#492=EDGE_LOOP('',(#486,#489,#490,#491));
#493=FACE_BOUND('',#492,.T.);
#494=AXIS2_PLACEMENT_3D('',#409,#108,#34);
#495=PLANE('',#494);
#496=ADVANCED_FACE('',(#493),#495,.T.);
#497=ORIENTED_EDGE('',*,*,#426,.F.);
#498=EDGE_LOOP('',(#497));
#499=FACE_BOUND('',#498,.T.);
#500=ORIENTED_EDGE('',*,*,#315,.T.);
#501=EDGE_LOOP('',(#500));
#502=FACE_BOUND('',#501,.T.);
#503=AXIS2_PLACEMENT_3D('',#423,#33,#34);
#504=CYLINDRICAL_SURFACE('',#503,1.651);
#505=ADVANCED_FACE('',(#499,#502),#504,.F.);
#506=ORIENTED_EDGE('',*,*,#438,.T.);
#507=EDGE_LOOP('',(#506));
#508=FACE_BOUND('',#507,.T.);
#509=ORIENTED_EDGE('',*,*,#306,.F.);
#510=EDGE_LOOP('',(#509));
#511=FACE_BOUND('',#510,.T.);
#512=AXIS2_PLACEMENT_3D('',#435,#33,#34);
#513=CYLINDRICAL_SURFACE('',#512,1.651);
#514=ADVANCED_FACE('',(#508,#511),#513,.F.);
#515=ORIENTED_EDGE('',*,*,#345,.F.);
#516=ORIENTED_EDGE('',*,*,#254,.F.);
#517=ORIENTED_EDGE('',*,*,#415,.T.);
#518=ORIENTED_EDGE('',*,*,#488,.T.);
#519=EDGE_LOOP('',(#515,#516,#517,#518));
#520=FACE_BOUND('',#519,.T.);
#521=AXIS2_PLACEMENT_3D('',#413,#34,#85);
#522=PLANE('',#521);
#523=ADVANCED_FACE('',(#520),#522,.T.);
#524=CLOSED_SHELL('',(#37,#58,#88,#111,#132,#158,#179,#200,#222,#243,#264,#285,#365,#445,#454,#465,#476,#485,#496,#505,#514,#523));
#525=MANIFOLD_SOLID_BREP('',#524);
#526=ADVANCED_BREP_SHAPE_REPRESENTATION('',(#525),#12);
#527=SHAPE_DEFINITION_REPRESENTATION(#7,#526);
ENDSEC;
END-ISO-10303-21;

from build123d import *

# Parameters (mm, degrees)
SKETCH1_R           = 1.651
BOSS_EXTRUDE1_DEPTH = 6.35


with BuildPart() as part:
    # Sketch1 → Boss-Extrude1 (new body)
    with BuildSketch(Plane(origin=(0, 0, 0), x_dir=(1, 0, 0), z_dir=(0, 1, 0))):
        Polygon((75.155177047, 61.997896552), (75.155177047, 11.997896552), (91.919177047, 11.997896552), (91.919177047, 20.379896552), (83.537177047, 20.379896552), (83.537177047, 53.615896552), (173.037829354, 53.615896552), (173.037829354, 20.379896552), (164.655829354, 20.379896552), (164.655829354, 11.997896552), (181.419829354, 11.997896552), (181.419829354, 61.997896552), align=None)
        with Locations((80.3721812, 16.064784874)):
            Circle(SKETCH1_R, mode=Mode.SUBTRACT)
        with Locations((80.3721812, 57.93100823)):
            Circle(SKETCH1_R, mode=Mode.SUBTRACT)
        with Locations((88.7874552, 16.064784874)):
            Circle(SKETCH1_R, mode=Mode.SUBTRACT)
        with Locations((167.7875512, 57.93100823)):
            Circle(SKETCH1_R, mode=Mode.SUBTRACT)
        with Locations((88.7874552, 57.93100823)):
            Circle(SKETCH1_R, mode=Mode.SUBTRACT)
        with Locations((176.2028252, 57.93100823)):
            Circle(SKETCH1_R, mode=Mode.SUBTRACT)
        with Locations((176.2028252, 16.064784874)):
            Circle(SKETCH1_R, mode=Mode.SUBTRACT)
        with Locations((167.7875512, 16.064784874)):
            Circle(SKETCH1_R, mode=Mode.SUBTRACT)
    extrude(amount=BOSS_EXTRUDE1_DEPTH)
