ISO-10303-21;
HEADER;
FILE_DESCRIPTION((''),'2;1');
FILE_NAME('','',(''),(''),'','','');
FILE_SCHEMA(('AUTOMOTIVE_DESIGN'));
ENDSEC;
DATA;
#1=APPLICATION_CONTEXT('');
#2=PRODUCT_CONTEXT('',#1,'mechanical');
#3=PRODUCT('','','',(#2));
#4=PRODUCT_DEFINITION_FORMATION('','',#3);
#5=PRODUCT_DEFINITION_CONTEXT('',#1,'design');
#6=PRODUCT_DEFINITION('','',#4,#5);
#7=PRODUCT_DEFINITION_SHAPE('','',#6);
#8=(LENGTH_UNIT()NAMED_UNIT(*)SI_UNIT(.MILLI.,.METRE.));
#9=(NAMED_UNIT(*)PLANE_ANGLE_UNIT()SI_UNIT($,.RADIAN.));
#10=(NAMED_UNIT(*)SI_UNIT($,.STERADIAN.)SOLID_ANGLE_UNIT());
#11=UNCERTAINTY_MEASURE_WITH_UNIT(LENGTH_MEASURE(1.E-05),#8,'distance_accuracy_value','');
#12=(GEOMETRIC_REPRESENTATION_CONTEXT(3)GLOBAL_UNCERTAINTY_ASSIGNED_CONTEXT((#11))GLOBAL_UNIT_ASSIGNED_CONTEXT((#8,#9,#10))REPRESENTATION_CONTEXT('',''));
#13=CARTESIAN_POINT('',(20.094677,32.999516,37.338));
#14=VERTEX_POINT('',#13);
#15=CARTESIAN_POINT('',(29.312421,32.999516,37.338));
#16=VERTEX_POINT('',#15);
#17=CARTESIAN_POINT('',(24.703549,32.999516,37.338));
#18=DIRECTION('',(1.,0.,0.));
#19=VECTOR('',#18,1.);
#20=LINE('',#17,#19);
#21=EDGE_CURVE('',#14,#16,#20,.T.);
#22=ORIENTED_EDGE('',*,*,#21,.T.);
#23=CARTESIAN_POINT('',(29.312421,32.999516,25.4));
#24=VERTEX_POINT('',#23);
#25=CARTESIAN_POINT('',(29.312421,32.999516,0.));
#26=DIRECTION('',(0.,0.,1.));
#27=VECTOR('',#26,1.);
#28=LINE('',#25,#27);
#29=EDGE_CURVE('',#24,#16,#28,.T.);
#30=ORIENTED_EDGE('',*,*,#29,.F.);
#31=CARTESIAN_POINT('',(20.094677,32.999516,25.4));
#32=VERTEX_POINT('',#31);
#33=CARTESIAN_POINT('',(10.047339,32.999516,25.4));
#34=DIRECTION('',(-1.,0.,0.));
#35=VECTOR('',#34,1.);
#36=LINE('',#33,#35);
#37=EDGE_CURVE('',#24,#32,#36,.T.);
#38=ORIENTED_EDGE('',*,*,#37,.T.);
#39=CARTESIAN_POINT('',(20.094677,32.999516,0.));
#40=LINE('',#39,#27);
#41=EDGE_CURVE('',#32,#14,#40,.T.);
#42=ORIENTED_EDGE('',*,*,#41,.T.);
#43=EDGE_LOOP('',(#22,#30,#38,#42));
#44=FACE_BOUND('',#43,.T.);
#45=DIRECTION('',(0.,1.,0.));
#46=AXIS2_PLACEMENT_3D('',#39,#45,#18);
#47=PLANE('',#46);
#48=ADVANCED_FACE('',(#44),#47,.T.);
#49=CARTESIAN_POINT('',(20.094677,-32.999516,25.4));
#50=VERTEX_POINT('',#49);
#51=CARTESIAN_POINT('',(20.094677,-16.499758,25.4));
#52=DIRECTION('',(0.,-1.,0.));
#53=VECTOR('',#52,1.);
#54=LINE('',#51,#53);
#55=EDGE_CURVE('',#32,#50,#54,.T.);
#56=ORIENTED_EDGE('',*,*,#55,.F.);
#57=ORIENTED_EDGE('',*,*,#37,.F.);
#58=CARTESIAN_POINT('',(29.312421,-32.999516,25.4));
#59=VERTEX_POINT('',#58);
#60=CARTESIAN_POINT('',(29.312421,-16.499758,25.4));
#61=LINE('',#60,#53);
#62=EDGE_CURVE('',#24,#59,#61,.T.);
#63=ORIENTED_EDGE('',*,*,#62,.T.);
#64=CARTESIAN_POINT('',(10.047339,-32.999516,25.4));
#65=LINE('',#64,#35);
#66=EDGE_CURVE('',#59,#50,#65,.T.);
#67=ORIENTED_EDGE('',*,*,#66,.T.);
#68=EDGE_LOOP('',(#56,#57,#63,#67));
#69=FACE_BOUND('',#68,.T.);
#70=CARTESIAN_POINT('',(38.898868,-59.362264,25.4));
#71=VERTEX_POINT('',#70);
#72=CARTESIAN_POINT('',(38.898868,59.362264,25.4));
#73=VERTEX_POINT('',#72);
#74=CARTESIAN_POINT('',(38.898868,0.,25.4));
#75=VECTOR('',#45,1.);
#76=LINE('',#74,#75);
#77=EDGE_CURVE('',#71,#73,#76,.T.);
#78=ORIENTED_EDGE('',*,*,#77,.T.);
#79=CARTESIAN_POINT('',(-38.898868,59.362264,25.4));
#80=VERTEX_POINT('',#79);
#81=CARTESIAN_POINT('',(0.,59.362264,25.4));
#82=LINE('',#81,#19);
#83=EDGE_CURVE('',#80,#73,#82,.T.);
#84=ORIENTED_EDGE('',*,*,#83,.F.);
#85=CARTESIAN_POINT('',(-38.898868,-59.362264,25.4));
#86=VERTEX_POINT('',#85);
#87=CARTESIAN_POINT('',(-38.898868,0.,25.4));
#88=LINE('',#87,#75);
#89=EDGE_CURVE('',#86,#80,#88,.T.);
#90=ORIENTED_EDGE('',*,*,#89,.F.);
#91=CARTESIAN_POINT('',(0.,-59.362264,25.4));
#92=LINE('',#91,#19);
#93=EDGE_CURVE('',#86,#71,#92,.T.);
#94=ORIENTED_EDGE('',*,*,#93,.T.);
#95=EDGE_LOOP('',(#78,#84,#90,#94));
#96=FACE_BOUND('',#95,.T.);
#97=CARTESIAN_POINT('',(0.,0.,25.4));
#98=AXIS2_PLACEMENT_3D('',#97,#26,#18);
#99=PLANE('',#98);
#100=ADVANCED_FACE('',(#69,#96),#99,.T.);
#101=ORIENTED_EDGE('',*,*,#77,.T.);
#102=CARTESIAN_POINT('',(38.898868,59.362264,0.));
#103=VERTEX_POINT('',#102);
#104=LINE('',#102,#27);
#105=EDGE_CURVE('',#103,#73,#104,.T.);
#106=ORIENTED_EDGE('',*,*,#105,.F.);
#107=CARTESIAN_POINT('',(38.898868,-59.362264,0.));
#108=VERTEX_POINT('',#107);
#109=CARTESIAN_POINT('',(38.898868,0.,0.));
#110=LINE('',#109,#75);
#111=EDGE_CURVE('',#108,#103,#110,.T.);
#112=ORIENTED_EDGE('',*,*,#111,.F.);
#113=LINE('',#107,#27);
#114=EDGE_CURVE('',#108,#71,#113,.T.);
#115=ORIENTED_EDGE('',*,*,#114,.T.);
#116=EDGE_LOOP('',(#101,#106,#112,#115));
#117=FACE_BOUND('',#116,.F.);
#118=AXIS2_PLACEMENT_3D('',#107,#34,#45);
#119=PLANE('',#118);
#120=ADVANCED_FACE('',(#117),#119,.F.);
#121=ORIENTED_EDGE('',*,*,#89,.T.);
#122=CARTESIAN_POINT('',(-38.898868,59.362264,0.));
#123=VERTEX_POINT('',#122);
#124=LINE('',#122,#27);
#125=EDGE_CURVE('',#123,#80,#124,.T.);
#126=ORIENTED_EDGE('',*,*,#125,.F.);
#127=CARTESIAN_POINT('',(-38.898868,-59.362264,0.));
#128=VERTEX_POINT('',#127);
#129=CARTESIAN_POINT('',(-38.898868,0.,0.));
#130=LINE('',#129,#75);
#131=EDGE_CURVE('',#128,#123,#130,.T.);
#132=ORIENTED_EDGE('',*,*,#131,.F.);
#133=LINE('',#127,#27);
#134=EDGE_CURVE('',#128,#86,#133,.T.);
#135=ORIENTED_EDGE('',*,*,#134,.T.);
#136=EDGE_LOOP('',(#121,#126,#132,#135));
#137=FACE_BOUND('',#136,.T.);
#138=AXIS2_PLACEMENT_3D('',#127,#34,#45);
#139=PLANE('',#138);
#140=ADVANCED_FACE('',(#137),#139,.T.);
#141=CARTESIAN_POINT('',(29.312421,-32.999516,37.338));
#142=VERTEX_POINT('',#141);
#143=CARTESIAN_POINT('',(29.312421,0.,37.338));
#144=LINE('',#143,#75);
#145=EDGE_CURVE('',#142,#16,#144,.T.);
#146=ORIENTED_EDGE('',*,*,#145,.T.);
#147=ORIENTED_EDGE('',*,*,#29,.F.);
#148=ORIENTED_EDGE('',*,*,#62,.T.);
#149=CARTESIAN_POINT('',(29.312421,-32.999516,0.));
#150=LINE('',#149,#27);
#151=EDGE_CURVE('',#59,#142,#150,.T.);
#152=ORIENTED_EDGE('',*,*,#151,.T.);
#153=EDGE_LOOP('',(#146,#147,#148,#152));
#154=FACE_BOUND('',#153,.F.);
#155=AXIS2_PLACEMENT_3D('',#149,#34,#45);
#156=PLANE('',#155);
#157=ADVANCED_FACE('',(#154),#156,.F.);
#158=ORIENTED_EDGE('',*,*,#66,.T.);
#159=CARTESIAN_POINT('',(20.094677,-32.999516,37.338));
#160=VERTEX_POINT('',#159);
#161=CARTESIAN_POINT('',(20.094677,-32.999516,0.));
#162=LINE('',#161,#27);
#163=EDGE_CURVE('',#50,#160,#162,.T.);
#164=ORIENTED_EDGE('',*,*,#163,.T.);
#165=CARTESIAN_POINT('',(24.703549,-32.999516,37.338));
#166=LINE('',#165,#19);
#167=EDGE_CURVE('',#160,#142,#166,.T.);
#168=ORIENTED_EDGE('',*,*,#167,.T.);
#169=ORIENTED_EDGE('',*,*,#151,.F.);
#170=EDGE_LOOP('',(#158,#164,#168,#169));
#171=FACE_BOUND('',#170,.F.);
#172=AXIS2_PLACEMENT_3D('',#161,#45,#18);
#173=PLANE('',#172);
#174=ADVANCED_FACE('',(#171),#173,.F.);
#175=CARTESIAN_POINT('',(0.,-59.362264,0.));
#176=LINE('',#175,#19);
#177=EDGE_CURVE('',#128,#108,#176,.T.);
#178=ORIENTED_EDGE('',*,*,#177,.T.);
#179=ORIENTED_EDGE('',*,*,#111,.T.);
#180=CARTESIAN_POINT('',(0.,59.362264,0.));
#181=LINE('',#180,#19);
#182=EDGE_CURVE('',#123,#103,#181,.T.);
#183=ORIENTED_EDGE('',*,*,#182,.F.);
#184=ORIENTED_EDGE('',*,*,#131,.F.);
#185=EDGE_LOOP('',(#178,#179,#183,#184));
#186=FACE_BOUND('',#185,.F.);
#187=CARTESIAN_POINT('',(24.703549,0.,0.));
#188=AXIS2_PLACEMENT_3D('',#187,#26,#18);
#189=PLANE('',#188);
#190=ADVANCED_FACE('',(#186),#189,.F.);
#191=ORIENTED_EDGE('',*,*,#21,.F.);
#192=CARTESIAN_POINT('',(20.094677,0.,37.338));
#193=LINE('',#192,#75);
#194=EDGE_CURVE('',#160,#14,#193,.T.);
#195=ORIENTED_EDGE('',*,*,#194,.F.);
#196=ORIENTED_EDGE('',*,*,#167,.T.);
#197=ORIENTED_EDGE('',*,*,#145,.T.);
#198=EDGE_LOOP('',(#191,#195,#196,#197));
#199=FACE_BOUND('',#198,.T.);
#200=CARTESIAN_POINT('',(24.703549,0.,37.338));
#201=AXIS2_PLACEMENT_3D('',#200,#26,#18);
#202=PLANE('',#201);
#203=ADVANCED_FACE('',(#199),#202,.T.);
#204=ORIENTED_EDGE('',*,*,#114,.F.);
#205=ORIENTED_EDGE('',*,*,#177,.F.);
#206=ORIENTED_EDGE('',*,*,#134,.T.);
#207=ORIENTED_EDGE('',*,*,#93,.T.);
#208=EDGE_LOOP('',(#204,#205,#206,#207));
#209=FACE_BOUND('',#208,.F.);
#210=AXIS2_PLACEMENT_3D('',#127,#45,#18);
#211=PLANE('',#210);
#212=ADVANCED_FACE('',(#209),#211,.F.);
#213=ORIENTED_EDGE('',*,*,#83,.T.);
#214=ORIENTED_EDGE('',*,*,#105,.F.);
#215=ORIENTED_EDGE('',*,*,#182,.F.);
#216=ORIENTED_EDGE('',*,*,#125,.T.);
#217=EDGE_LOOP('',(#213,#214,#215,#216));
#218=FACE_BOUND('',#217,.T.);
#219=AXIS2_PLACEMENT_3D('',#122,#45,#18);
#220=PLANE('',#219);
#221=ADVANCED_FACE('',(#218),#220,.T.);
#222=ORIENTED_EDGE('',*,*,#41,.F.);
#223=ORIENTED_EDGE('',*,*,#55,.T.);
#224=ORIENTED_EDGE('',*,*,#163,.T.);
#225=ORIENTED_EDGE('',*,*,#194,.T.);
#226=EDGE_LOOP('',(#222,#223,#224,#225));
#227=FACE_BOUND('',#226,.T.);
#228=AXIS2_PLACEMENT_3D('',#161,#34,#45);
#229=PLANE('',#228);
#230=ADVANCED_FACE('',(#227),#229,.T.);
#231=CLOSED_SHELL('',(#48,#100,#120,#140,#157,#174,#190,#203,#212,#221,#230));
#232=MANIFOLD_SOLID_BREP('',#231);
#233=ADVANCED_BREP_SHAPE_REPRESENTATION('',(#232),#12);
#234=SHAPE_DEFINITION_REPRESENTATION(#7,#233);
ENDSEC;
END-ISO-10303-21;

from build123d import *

# Parameters (mm, degrees)
F0_W     = 77.797736
F0_H     = 118.724528
F2_DEPTH = 25.4
F1_W     = 9.217743
F1_H     = 65.999032
F3_DEPTH = 37.338


with BuildPart() as f2:
    # F0 (on Top) → F2 (new body)
    with BuildSketch(Plane.XY):
        Rectangle(F0_W, F0_H)
    extrude(amount=F2_DEPTH)

    # F1 (on face) → F3 (join)
    with BuildSketch(Plane.XY):
        with Locations((24.703549, 0)):
            Rectangle(F1_W, F1_H)
    extrude(amount=F3_DEPTH)


solid = f2.part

..............................

◆ About this task
Find the line with "#518=ORIENTED_EDGE('',*,*,#488,.T.);" in the material above. Reproduce it and each line after it up to and including the line with "# Sketch1 → Boss-Extrude1 (new body)".

◆ Response area
#518=ORIENTED_EDGE('',*,*,#488,.T.);
#519=EDGE_LOOP('',(#515,#516,#517,#518));
#520=FACE_BOUND('',#519,.T.);
#521=AXIS2_PLACEMENT_3D('',#413,#34,#85);
#522=PLANE('',#521);
#523=ADVANCED_FACE('',(#520),#522,.T.);
#524=CLOSED_SHELL('',(#37,#58,#88,#111,#132,#158,#179,#200,#222,#243,#264,#285,#365,#445,#454,#465,#476,#485,#496,#505,#514,#523));
#525=MANIFOLD_SOLID_BREP('',#524);
#526=ADVANCED_BREP_SHAPE_REPRESENTATION('',(#525),#12);
#527=SHAPE_DEFINITION_REPRESENTATION(#7,#526);
ENDSEC;
END-ISO-10303-21;

from build123d import *

# Parameters (mm, degrees)
SKETCH1_R           = 1.651
BOSS_EXTRUDE1_DEPTH = 6.35


with BuildPart() as part:
    # Sketch1 → Boss-Extrude1 (new body)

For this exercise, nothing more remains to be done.